*** EXTRACTED RECORDS Section Begins ***

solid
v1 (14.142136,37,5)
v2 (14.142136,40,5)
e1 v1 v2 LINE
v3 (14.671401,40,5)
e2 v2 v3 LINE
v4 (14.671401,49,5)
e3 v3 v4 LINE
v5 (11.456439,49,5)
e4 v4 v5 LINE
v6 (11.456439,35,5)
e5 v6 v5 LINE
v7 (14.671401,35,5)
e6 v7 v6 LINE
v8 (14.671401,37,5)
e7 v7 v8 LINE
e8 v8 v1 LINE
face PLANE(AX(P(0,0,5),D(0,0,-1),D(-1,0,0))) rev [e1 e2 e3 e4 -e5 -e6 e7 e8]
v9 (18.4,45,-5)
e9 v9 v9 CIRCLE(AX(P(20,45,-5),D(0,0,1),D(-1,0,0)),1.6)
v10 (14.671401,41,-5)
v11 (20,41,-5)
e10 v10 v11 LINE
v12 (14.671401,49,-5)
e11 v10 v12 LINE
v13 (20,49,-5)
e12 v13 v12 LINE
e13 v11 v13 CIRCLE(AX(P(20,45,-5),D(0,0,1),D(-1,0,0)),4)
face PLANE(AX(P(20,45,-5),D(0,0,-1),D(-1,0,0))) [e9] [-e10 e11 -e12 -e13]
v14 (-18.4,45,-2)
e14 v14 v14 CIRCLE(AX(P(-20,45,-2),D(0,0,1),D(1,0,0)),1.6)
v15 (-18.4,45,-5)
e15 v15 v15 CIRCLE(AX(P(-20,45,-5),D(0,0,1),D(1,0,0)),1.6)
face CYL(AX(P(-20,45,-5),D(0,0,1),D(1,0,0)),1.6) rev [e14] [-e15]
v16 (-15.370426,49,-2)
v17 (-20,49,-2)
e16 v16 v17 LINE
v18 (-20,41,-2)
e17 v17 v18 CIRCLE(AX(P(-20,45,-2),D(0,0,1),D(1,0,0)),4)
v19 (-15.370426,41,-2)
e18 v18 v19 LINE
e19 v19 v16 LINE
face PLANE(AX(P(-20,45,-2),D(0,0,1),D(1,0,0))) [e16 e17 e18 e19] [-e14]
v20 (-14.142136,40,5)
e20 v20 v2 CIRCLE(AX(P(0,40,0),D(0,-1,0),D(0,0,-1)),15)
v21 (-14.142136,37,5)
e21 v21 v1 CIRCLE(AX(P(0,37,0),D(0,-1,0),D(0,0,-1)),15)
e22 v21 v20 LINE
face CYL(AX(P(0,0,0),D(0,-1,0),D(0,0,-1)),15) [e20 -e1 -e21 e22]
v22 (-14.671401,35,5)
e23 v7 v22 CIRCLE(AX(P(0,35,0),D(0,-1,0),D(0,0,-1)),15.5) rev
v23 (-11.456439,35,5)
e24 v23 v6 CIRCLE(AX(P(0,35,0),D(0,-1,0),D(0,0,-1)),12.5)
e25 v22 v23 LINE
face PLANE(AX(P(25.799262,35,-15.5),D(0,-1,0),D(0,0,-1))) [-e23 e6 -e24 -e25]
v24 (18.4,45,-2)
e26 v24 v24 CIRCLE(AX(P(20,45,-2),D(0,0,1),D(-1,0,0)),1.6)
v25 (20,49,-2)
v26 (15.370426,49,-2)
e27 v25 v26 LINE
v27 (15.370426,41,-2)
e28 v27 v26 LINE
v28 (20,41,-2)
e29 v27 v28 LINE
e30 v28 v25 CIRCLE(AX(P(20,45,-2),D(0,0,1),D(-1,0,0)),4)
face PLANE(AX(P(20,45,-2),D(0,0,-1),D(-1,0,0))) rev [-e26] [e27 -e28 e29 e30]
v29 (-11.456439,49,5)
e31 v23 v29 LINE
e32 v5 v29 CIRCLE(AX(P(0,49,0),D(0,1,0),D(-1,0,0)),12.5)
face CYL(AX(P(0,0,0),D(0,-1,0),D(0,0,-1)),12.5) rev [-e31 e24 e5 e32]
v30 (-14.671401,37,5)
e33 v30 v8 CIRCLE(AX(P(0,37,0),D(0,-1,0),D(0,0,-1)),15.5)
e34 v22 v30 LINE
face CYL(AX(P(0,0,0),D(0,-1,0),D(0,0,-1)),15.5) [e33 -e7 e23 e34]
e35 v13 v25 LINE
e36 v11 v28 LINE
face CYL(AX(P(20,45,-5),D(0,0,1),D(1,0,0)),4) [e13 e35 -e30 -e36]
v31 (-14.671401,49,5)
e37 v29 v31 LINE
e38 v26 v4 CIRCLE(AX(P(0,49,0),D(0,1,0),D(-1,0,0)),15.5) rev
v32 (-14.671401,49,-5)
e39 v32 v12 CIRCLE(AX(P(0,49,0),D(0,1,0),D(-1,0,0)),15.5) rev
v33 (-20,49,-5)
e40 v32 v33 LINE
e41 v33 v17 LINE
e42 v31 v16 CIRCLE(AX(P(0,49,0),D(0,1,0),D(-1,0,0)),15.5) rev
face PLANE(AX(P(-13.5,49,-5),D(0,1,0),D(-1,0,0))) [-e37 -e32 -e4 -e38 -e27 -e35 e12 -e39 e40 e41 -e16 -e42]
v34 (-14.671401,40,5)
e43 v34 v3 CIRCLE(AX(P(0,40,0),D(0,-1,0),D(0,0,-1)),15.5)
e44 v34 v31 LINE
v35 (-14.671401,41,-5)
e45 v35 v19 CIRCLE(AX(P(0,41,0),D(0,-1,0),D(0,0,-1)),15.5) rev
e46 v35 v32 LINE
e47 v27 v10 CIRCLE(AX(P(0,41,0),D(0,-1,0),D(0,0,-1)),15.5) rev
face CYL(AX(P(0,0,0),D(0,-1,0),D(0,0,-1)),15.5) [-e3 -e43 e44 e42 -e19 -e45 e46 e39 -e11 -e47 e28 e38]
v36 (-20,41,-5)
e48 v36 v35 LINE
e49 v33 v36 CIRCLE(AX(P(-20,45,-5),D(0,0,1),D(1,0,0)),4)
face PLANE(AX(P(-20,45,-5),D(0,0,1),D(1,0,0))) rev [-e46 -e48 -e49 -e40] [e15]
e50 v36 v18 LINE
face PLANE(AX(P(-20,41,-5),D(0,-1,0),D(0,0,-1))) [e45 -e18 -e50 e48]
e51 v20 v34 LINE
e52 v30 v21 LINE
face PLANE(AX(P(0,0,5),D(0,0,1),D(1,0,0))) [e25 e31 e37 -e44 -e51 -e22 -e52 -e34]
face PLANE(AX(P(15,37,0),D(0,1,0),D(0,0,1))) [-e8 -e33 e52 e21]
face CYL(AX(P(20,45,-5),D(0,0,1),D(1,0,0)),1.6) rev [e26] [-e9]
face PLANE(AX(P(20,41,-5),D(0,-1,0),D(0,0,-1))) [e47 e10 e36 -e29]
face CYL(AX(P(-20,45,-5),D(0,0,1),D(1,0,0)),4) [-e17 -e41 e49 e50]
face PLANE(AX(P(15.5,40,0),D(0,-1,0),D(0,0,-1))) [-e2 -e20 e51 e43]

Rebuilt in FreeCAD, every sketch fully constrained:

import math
import FreeCAD as App
import Part
import Sketcher
from FreeCAD import Vector
Q = App.Units.Quantity

doc = App.newDocument("Part")
body = doc.addObject("PartDesign::Body", "Body")

# Sketch on XY plane
sketch1 = body.newObject("Sketcher::SketchObject", "Sketch")
sketch1.AttachmentSupport = (doc.getObject("XY_Plane"), [""])
sketch1.MapMode = "FlatFace"
sketch1.addGeometry(Part.LineSegment(Vector(15.5, 37, 0), Vector(15, 37, 0)), False)
sketch1.addGeometry(Part.LineSegment(Vector(15, 37, 0), Vector(15, 40, 0)), False)
sketch1.addGeometry(Part.LineSegment(Vector(15, 40, 0), Vector(15.5, 40, 0)), False)
sketch1.addGeometry(Part.LineSegment(Vector(15.5, 40, 0), Vector(15.5, 50, 0)), False)
sketch1.addGeometry(Part.LineSegment(Vector(15.5, 50, 0), Vector(12.5, 50, 0)), False)
sketch1.addGeometry(Part.LineSegment(Vector(12.5, 50, 0), Vector(12.5, 0, 0)), False)
sketch1.addGeometry(Part.LineSegment(Vector(12.5, 0, 0), Vector(15.5, 0, 0)), False)
sketch1.addGeometry(Part.LineSegment(Vector(15.5, 0, 0), Vector(15.5, 10, 0)), False)
sketch1.addGeometry(Part.LineSegment(Vector(15.5, 10, 0), Vector(15, 10, 0)), False)
sketch1.addGeometry(Part.LineSegment(Vector(15, 10, 0), Vector(15, 13, 0)), False)
sketch1.addGeometry(Part.LineSegment(Vector(15, 13, 0), Vector(15.5, 13, 0)), False)
sketch1.addGeometry(Part.LineSegment(Vector(15.5, 13, 0), Vector(15.5, 37, 0)), False)
sketch1.addConstraint(Sketcher.Constraint("Coincident", 0, 2, 1, 1))
sketch1.addConstraint(Sketcher.Constraint("Coincident", 1, 2, 2, 1))
sketch1.addConstraint(Sketcher.Constraint("Coincident", 2, 2, 3, 1))
sketch1.addConstraint(Sketcher.Constraint("Coincident", 3, 2, 4, 1))
sketch1.addConstraint(Sketcher.Constraint("Coincident", 4, 2, 5, 1))
sketch1.addConstraint(Sketcher.Constraint("Coincident", 5, 2, 6, 1))
sketch1.addConstraint(Sketcher.Constraint("Coincident", 6, 2, 7, 1))
sketch1.addConstraint(Sketcher.Constraint("Coincident", 7, 2, 8, 1))
sketch1.addConstraint(Sketcher.Constraint("Coincident", 8, 2, 9, 1))
sketch1.addConstraint(Sketcher.Constraint("Coincident", 9, 2, 10, 1))
sketch1.addConstraint(Sketcher.Constraint("Coincident", 10, 2, 11, 1))
sketch1.addConstraint(Sketcher.Constraint("Coincident", 11, 2, 0, 1))
sketch1.addConstraint(Sketcher.Constraint("Horizontal", 0))
sketch1.addConstraint(Sketcher.Constraint("Vertical", 1))
sketch1.addConstraint(Sketcher.Constraint("Horizontal", 2))
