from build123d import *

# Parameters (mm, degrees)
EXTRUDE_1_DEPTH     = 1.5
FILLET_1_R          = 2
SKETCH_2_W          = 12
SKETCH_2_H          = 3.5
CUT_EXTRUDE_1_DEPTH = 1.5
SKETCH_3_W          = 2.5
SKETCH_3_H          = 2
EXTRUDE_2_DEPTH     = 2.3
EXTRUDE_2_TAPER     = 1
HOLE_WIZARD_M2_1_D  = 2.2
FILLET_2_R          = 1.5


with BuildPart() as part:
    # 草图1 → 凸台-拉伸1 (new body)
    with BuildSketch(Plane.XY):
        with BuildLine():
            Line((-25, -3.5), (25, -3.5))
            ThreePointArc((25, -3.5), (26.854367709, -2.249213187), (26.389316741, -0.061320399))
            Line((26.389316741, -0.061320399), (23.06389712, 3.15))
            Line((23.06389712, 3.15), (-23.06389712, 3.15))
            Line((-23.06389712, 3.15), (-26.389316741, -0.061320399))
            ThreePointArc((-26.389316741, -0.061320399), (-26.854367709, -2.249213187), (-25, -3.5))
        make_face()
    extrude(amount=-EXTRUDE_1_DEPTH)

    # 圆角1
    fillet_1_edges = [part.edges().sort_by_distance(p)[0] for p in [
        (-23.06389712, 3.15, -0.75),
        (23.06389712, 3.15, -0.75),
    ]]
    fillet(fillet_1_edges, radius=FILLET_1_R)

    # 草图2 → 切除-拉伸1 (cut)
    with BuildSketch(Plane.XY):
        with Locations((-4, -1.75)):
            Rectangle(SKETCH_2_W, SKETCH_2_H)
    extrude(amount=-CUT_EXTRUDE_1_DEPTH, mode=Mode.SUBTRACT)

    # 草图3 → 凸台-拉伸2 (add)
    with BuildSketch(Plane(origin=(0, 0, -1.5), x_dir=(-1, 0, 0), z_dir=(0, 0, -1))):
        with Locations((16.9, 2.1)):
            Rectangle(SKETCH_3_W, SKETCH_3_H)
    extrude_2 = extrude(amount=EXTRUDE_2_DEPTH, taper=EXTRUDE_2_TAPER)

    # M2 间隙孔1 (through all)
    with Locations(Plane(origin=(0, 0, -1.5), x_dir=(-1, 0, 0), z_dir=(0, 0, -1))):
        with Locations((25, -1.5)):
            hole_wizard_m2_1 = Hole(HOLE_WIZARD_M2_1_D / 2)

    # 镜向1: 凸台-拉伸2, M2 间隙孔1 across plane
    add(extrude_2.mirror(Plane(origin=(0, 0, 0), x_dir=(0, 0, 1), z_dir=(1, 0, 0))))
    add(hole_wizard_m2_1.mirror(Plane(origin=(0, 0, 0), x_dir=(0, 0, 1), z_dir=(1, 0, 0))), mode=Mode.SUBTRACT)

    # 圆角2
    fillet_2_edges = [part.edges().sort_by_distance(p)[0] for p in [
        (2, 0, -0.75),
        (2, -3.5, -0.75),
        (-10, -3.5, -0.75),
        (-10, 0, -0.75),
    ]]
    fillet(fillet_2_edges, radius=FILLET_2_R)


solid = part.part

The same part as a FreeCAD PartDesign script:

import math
import FreeCAD as App
import Part
import Sketcher
from FreeCAD import Vector
Q = App.Units.Quantity


def edges_at(feature, points):
    """Names of the edges that pass closest to the given points."""
    edges = feature.Shape.Edges
    near = lambda p: min(range(len(edges)), key=lambda i: edges[i].distToShape(Part.Vertex(*p))[0])
    return sorted({f"Edge{near(p) + 1}" for p in points})

doc = App.newDocument("Part")
body = doc.addObject("PartDesign::Body", "Body")

sketch1 = body.newObject("Sketcher::SketchObject", "Sketch")
sketch1.AttachmentSupport = (doc.getObject("XY_Plane"), [""])
sketch1.MapMode = "FlatFace"
sketch1.addGeometry(Part.LineSegment(Vector(-25, -3.5, 0), Vector(25, -3.5, 0)), False)
sketch1.addGeometry(Part.ArcOfCircle(Part.Circle(Vector(25, -1.5, 0), Vector(0, 0, 1), 2), math.radians(-90), math.radians(46)), False)
sketch1.addGeometry(Part.LineSegment(Vector(26.4, -0.1, 0), Vector(23.1, 3.1, 0)), False)
sketch1.addGeometry(Part.LineSegment(Vector(23.1, 3.1, 0), Vector(-23.1, 3.1, 0)), False)
sketch1.addGeometry(Part.LineSegment(Vector(-23.1, 3.1, 0), Vector(-26.4, -0.1, 0)), False)
sketch1.addGeometry(Part.ArcOfCircle(Part.Circle(Vector(-25, -1.5, 0), Vector(0, 0, 1), 2), math.radians(134), math.radians(270)), False)
sketch1.addConstraint(Sketcher.Constraint("Tangent", 0, 2, 1, 1))
sketch1.addConstraint(Sketcher.Constraint("Tangent", 1, 2, 2, 1))
sketch1.addConstraint(Sketcher.Constraint("Coincident", 2, 2, 3, 1))
sketch1.addConstraint(Sketcher.Constraint("Coincident", 3, 2, 4, 1))
sketch1.addConstraint(Sketcher.Constraint("Tangent", 4, 2, 5, 1))
sketch1.addConstraint(Sketcher.Constraint("Tangent", 5, 2, 0, 1))
sketch1.addConstraint(Sketcher.Constraint("Horizontal", 0))
sketch1.addConstraint(Sketcher.Constraint("Horizontal", 3))
sketch1.addConstraint(Sketcher.Constraint("Equal", 1, 5))
sketch1.addConstraint(Sketcher.Constraint("Symmetric", 1, 2, 4, 2, -2))
sketch1.addConstraint(Sketcher.Constraint("Radius", 1, Q("2 mm")))
sketch1.addConstraint(Sketcher.Constraint("DistanceX", 0, 1, 0, 2, Q("50 mm")))
sketch1.addConstraint(Sketcher.Constraint("Angle", 2, Q("136 deg")))
sketch1.addConstraint(Sketcher.Constraint("DistanceY", 1, 3, -1, 1, Q("1.5 mm")))
sketch1.addConstraint(Sketcher.Constraint("DistanceY", -1, 1, 2, 2, Q("3.15 mm")))
pad1 = body.newObject("PartDesign::Pad", "Pad")
pad1.Profile = sketch1
pad1.Length = 1.5
pad1.Reversed = True
doc.recompute()

fillet = body.newObject("PartDesign::Fillet", "Fillet")
fillet.Base = (pad1, edges_at(pad1, [(-23.064, 3.15, -0.75), (23.064, 3.15, -0.75)]))
fillet.Radius = 2

sketch2 = body.newObject("Sketcher::SketchObject", "Sketch001")
sketch2.AttachmentSupport = (doc.getObject("XY_Plane"), [""])
sketch2.MapMode = "FlatFace"
sketch2.addGeometry(Part.LineSegment(Vector(-10, 0, 0), Vector(-10, -3.5, 0)), False)
sketch2.addGeometry(Part.LineSegment(Vector(-10, -3.5, 0), Vector(2, -3.5, 0)), False)
sketch2.addGeometry(Part.LineSegment(Vector(2, -3.5, 0), Vector(2, 0, 0)), False)
sketch2.addGeometry(Part.LineSegment(Vector(2, 0, 0), Vector(-10, 0, 0)), False)
sketch2.addConstraint(Sketcher.Constraint("Coincident", 0, 2, 1, 1))
sketch2.addConstraint(Sketcher.Constraint("Coincident", 1, 2, 2, 1))
sketch2.addConstraint(Sketcher.Constraint("Coincident", 2, 2, 3, 1))
sketch2.addConstraint(Sketcher.Constraint("Coincident", 3, 2, 0, 1))
sketch2.addConstraint(Sketcher.Constraint("Vertical", 0))
sketch2.addConstraint(Sketcher.Constraint("Horizontal", 1))
sketch2.addConstraint(Sketcher.Constraint("Vertical", 2))
sketch2.addConstraint(Sketcher.Constraint("Horizontal", 3))
sketch2.addConstraint(Sketcher.Constraint("PointOnObject", 2, 2, -1))
sketch2.addConstraint(Sketcher.Constraint("DistanceX", 1, 1, 1, 2, Q("12 mm")))
sketch2.addConstraint(Sketcher.Constraint("DistanceY", 0, 2, 0, 1, Q("3.5 mm")))
sketch2.addConstraint(Sketcher.Constraint("DistanceX", 0, 2, -1, 1, Q("10 mm")))
pocket1 = body.newObject("PartDesign::Pocket", "Pocket")
pocket1.Profile = sketch2
pocket1.Length = 1.5

sketch3 = body.newObject("Sketcher::SketchObject", "Sketch002")
sketch3.AttachmentSupport = (doc.getObject("XY_Plane"), [""])
sketch3.MapMode = "FlatFace"
sketch3.AttachmentOffset = App.Placement(Vector(0, 0, -1.5), App.Rotation())
sketch3.addGeometry(Part.LineSegment(Vector(-15.7, 3.1, 0), Vector(-15.7, 1.1, 0)), False)
sketch3.addGeometry(Part.LineSegment(Vector(-15.7, 1.1, 0), Vector(-18.1, 1.1, 0)), False)
sketch3.addGeometry(Part.LineSegment(Vector(-18.1, 1.1, 0), Vector(-18.1, 3.1, 0)), False)
sketch3.addGeometry(Part.LineSegment(Vector(-18.1, 3.1, 0), Vector(-15.7, 3.1, 0)), False)
sketch3.addConstraint(Sketcher.Constraint("Coincident", 0, 2, 1, 1))
sketch3.addConstraint(Sketcher.Constraint("Coincident", 1, 2, 2, 1))
sketch3.addConstraint(Sketcher.Constraint("Coincident", 2, 2, 3, 1))
sketch3.addConstraint(Sketcher.Constraint("Coincident", 3, 2, 0, 1))
sketch3.addConstraint(Sketcher.Constraint("Vertical", 0))
sketch3.addConstraint(Sketcher.Constraint("Horizontal", 1))
sketch3.addConstraint(Sketcher.Constraint("Vertical", 2))
sketch3.addConstraint(Sketcher.Constraint("Horizontal", 3))
sketch3.addConstraint(Sketcher.Constraint("DistanceY", 0, 2, 0, 1, Q("2 mm")))
sketch3.addConstraint(Sketcher.Constraint("DistanceX", 1, 2, 1, 1, Q("2.5 mm")))
sketch3.addConstraint(Sketcher.Constraint("DistanceY", -1, 1, 0, 2, Q("1.1 mm")))
sketch3.addConstraint(Sketcher.Constraint("DistanceX", 0, 2, -1, 1, Q("15.65 mm")))
pad2 = body.newObject("PartDesign::Pad", "Pad001")
pad2.Profile = sketch3
pad2.Length = 2.3
pad2.Reversed = True
pad2.TaperAngle = -1

sketch4 = body.newObject("Sketcher::SketchObject", "Sketch003")
sketch4.AttachmentSupport = (doc.getObject("XY_Plane"), [""])
sketch4.MapMode = "FlatFace"
sketch4.AttachmentOffset = App.Placement(Vector(0, 0, -1.5), App.Rotation())
sketch4.addGeometry(Part.Circle(Vector(-25, -1.5, 0), Vector(0, 0, 1), 1.1), False)
sketch4.addConstraint(Sketcher.Constraint("Diameter", 0, Q("2.2 mm")))
sketch4.addConstraint(Sketcher.Constraint("DistanceX", 0, 3, -1, 1, Q("25 mm")))
sketch4.addConstraint(Sketcher.Constraint("DistanceY", 0, 3, -1, 1, Q("1.5 mm")))
doc.recompute()
hole = body.newObject("PartDesign::Hole", "Hole")
hole.Profile = sketch4
hole.ThreadType = "None"
hole.Diameter = 2.2
hole.DepthType = "ThroughAll"
hole.Reversed = True
doc.recompute()

mirrored = body.newObject("PartDesign::Mirrored", "Mirrored")
mirrored.Originals = [pad2, hole]
mirrored.MirrorPlane = (doc.getObject("YZ_Plane"), [""])
body.Tip = mirrored
doc.recompute()

fillet2 = body.newObject("PartDesign::Fillet", "Fillet001")
fillet2.Base = (mirrored, edges_at(mirrored, [
    (2, 0, -0.75),
    (2, -3.5, -0.75),
    (-10, -3.5, -0.75),
    (-10, 0, -0.75),
]))
fillet2.Radius = 1.5

doc.recompute()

*** EXTRACTED RECORDS Section Ends ***

• **WHAT YOU ARE ASKED TO DO**: Go through the lines above and copy any that contain "Locations".

• **SOLUTION**:
        with Locations((-4, -1.75)):
        with Locations((16.9, 2.1)):
    with Locations(Plane(origin=(0, 0, -1.5), x_dir=(-1, 0, 0), z_dir=(0, 0, -1))):
        with Locations((25, -1.5)):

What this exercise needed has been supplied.